• Task statement: Beginning with the first line of the data below, reproduce every line unchanged, ending with the line that holds "e8 v6 v8 LINE".

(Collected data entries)

---+---

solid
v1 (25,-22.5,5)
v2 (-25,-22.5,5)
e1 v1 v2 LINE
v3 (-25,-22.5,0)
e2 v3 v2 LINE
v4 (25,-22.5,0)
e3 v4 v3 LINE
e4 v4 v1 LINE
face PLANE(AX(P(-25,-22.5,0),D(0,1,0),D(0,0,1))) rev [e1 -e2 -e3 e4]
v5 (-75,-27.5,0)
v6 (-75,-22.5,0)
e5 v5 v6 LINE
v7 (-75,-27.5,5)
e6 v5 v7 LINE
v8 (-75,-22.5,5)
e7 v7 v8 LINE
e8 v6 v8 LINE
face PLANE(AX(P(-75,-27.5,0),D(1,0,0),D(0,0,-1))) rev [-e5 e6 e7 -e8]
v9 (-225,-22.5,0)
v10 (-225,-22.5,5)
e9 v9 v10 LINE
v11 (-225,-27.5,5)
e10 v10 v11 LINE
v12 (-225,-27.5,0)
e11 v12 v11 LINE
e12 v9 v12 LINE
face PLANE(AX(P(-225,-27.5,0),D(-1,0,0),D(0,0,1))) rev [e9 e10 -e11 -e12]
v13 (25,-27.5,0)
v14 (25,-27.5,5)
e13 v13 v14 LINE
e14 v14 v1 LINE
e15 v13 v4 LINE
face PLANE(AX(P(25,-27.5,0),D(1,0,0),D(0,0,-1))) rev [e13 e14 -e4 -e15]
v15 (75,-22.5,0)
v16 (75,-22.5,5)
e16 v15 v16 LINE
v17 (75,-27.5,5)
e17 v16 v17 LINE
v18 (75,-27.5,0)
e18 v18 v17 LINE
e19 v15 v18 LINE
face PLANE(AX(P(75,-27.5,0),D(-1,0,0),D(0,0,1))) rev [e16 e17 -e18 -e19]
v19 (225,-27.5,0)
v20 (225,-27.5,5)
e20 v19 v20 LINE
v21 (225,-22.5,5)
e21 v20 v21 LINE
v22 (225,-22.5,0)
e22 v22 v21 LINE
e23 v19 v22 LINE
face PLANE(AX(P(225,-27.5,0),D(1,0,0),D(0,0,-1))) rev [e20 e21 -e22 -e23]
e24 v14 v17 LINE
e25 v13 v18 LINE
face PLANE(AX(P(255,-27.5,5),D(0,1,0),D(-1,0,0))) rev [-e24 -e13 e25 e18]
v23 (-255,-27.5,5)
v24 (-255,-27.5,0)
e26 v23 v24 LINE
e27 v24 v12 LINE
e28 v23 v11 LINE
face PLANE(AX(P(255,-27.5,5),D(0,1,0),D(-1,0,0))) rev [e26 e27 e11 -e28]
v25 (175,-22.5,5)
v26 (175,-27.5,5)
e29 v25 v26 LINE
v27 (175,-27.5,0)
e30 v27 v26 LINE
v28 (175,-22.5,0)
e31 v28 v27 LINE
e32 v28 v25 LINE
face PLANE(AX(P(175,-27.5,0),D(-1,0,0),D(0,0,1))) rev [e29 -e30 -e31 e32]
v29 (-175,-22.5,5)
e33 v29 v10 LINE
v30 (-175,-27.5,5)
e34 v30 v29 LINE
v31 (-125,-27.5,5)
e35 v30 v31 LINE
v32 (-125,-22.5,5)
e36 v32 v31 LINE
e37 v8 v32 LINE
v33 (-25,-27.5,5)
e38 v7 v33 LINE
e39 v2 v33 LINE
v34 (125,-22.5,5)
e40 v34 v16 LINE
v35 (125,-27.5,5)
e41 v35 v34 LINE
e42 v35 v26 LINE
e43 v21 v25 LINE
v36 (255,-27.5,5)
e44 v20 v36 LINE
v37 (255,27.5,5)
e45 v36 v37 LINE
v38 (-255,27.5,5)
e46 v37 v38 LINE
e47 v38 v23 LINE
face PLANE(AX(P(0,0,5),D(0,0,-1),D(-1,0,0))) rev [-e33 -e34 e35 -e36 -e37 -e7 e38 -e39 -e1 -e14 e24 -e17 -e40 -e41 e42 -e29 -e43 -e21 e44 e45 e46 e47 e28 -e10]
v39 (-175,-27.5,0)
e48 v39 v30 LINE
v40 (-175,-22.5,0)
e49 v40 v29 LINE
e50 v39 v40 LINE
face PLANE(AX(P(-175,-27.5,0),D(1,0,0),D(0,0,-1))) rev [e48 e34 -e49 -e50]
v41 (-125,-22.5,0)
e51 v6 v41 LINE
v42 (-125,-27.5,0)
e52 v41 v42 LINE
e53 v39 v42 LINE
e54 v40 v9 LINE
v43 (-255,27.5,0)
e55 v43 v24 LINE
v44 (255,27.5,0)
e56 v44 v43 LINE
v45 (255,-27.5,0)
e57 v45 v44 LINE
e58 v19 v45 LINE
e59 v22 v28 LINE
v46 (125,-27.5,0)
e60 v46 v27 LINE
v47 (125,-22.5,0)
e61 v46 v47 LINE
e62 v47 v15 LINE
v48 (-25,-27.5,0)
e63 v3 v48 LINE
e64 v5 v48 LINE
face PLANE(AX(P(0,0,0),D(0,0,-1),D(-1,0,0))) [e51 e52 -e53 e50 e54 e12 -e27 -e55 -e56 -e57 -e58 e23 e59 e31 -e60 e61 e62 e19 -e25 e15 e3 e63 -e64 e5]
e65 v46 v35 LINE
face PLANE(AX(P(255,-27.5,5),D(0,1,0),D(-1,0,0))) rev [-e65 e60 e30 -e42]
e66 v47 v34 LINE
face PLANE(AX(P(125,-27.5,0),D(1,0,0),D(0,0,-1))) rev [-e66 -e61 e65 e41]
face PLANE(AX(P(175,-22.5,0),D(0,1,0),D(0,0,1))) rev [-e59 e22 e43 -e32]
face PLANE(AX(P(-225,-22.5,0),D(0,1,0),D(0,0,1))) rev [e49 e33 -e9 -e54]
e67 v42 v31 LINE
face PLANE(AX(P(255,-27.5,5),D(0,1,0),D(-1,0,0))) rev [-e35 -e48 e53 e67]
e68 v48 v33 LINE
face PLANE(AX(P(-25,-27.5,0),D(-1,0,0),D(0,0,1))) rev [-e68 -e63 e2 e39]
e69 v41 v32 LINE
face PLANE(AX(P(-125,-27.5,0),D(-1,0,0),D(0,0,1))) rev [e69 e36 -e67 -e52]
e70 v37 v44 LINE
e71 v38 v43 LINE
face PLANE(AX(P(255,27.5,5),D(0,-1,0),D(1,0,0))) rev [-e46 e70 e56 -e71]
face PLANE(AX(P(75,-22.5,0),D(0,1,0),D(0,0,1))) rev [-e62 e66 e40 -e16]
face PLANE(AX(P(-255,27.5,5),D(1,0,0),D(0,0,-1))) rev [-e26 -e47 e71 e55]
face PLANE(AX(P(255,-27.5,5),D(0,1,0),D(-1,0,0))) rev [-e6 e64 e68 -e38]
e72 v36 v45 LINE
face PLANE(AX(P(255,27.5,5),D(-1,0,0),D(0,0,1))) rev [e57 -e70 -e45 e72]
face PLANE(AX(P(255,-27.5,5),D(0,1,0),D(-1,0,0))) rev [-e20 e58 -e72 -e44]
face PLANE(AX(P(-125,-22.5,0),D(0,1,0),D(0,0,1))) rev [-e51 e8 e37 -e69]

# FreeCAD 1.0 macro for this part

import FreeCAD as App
import Part
import Sketcher

doc = App.newDocument("Part")
body = doc.addObject("PartDesign::Body", "Body")

sketch1 = body.newObject("Sketcher::SketchObject", "Sketch")
sketch1.AttachmentSupport = (doc.getObject("XY_Plane"), [""])
sketch1.MapMode = "FlatFace"
sketch1.addGeometry([
    Part.LineSegment(App.Vector(-255, 28, 0), App.Vector(-255, -28, 0)),
    Part.LineSegment(App.Vector(-255, -28, 0), App.Vector(255, -28, 0)),
    Part.LineSegment(App.Vector(255, -28, 0), App.Vector(255, 28, 0)),
    Part.LineSegment(App.Vector(255, 28, 0), App.Vector(-255, 28, 0)),
], False)
sketch1.addConstraint([
    Sketcher.Constraint("Coincident", 0, 2, 1, 1),
    Sketcher.Constraint("Coincident", 1, 2, 2, 1),
    Sketcher.Constraint("Coincident", 2, 2, 3, 1),
    Sketcher.Constraint("Coincident", 3, 2, 0, 1),
    Sketcher.Constraint("Vertical", 0),
    Sketcher.Constraint("Horizontal", 1),
    Sketcher.Constraint("Vertical", 2),
    Sketcher.Constraint("Horizontal", 3),
    Sketcher.Constraint("Symmetric", 0, 2, 2, 2, -1, 1),
    Sketcher.Constraint("DistanceX", 1, 1, 1, 2, 510.0),
    Sketcher.Constraint("DistanceY", 0, 2, 0, 1, 55.0),
])
pad1 = body.newObject("PartDesign::Pad", "Pad")
pad1.Profile = sketch1
pad1.Length = 5

sketch2 = body.newObject("Sketcher::SketchObject", "Sketch001")
sketch2.AttachmentSupport = (doc.getObject("XY_Plane"), [""])
sketch2.MapMode = "FlatFace"
sketch2.AttachmentOffset = App.Placement(App.Vector(0, 0, 5), App.Rotation())
sketch2.addGeometry([
    Part.LineSegment(App.Vector(-25, -22, 0), App.Vector(-25, -28, 0)),
    Part.LineSegment(App.Vector(-25, -28, 0), App.Vector(25, -28, 0)),
    Part.LineSegment(App.Vector(25, -28, 0), App.Vector(25, -22, 0)),
    Part.LineSegment(App.Vector(25, -22, 0), App.Vector(-25, -22, 0)),
    Part.LineSegment(App.Vector(-125, -22, 0), App.Vector(-125, -28, 0)),
    Part.LineSegment(App.Vector(-125, -28, 0), App.Vector(-75, -28, 0)),
    Part.LineSegment(App.Vector(-75, -28, 0), App.Vector(-75, -22, 0)),
    Part.LineSegment(App.Vector(-75, -22, 0), App.Vector(-125, -22, 0)),
    Part.LineSegment(App.Vector(75, -22, 0), App.Vector(75, -28, 0)),
    Part.LineSegment(App.Vector(75, -28, 0), App.Vector(125, -28, 0)),
    Part.LineSegment(App.Vector(125, -28, 0), App.Vector(125, -22, 0)),
    Part.LineSegment(App.Vector(125, -22, 0), App.Vector(75, -22, 0)),
    Part.LineSegment(App.Vector(175, -22, 0), App.Vector(175, -28, 0)),
    Part.LineSegment(App.Vector(175, -28, 0), App.Vector(225, -28, 0)),
    Part.LineSegment(App.Vector(225, -28, 0), App.Vector(225, -22, 0)),
    Part.LineSegment(App.Vector(225, -22, 0), App.Vector(175, -22, 0)),
    Part.LineSegment(App.Vector(-225, -22, 0), App.Vector(-225, -28, 0)),
    Part.LineSegment(App.Vector(-225, -28, 0), App.Vector(-175, -28, 0)),
    Part.LineSegment(App.Vector(-175, -28, 0), App.Vector(-175, -22, 0)),
    Part.LineSegment(App.Vector(-175, -22, 0), App.Vector(-225, -22, 0)),
], False)
sketch2.addConstraint([
    Sketcher.Constraint("Coincident", 0, 2, 1, 1),
    Sketcher.Constraint("Coincident", 1, 2, 2, 1),
    Sketcher.Constraint("Coincident", 2, 2, 3, 1),
    Sketcher.Constraint("Coincident", 3, 2, 0, 1),
    Sketcher.Constraint("Coincident", 4, 2, 5, 1),
    Sketcher.Constraint("Coincident", 5, 2, 6, 1),
    Sketcher.Constraint("Coincident", 6, 2, 7, 1),
    Sketcher.Constraint("Coincident", 7, 2, 4, 1),
    Sketcher.Constraint("Coincident", 8, 2, 9, 1),
    Sketcher.Constraint("Coincident", 9, 2, 10, 1),
    Sketcher.Constraint("Coincident", 10, 2, 11, 1),
    Sketcher.Constraint("Coincident", 11, 2, 8, 1),
    Sketcher.Constraint("Coincident", 12, 2, 13, 1),
    Sketcher.Constraint("Coincident", 13, 2, 14, 1),
    Sketcher.Constraint("Coincident", 14, 2, 15, 1),
    Sketcher.Constraint("Coincident", 15, 2, 12, 1),
    Sketcher.Constraint("Coincident", 16, 2, 17, 1),
    Sketcher.Constraint("Coincident", 17, 2, 18, 1),
    Sketcher.Constraint("Coincident", 18, 2, 19, 1),
    Sketcher.Constraint("Coincident", 19, 2, 16, 1),
    Sketcher.Constraint("Vertical", 0),
    Sketcher.Constraint("Horizontal", 1),
    Sketcher.Constraint("Vertical", 2),
    Sketcher.Constraint("Horizontal", 3),
    Sketcher.Constraint("Vertical", 4),
    Sketcher.Constraint("Horizontal", 5),
    Sketcher.Constraint("Vertical", 6),
    Sketcher.Constraint("Horizontal", 7),
    Sketcher.Constraint("Vertical", 8),
    Sketcher.Constraint("Horizontal", 9),
    Sketcher.Constraint("Vertical", 10),
    Sketcher.Constraint("Horizontal", 11),
    Sketcher.Constraint("Vertical", 12),
    Sketcher.Constraint("Horizontal", 13),
    Sketcher.Constraint("Vertical", 14),
    Sketcher.Constraint("Horizontal", 15),
    Sketcher.Constraint("Vertical", 16),
    Sketcher.Constraint("Horizontal", 17),
    Sketcher.Constraint("Vertical", 18),
    Sketcher.Constraint("Horizontal", 19),
    Sketcher.Constraint("Symmetric", 5, 2, 8, 2, -2),
    Sketcher.Constraint("Symmetric", 7, 2, 10, 2, -2),
    Sketcher.Constraint("Symmetric", 13, 2, 16, 2, -2),
    Sketcher.Constraint("Symmetric", 15, 2, 18, 2, -2),
    Sketcher.Constraint("Horizontal", 1, 2, 4, 2),
    Sketcher.Constraint("Horizontal", 3, 2, 6, 2),
    Sketcher.Constraint("Horizontal", 9, 2, 12, 2),
    Sketcher.Constraint("Horizontal", 11, 2, 14, 2),
    Sketcher.Constraint("Equal", 3, 5),
    Sketcher.Constraint("Equal", 11, 13),
    Sketcher.Constraint("DistanceX", 1, 1, 1, 2, 50.0),
    Sketcher.Constraint("DistanceY", 0, 2, 0, 1, 5.0),
    Sketcher.Constraint("DistanceX", 0, 2, -1, 1, 25.0),
    Sketcher.Constraint("DistanceX", 4, 2, -1, 1, 125.0),
    Sketcher.Constraint("DistanceX", -1, 1, 12, 2, 175.0),
    Sketcher.Constraint("DistanceY", 0, 2, -1, 1, 27.5),
])
pocket1 = body.newObject("PartDesign::Pocket", "Pocket")
pocket1.Profile = sketch2
pocket1.Length = 5

doc.recompute()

---+---

• Exercise solution:
solid
v1 (25,-22.5,5)
v2 (-25,-22.5,5)
e1 v1 v2 LINE
v3 (-25,-22.5,0)
e2 v3 v2 LINE
v4 (25,-22.5,0)
e3 v4 v3 LINE
e4 v4 v1 LINE
face PLANE(AX(P(-25,-22.5,0),D(0,1,0),D(0,0,1))) rev [e1 -e2 -e3 e4]
v5 (-75,-27.5,0)
v6 (-75,-22.5,0)
e5 v5 v6 LINE
v7 (-75,-27.5,5)
e6 v5 v7 LINE
v8 (-75,-22.5,5)
e7 v7 v8 LINE
e8 v6 v8 LINE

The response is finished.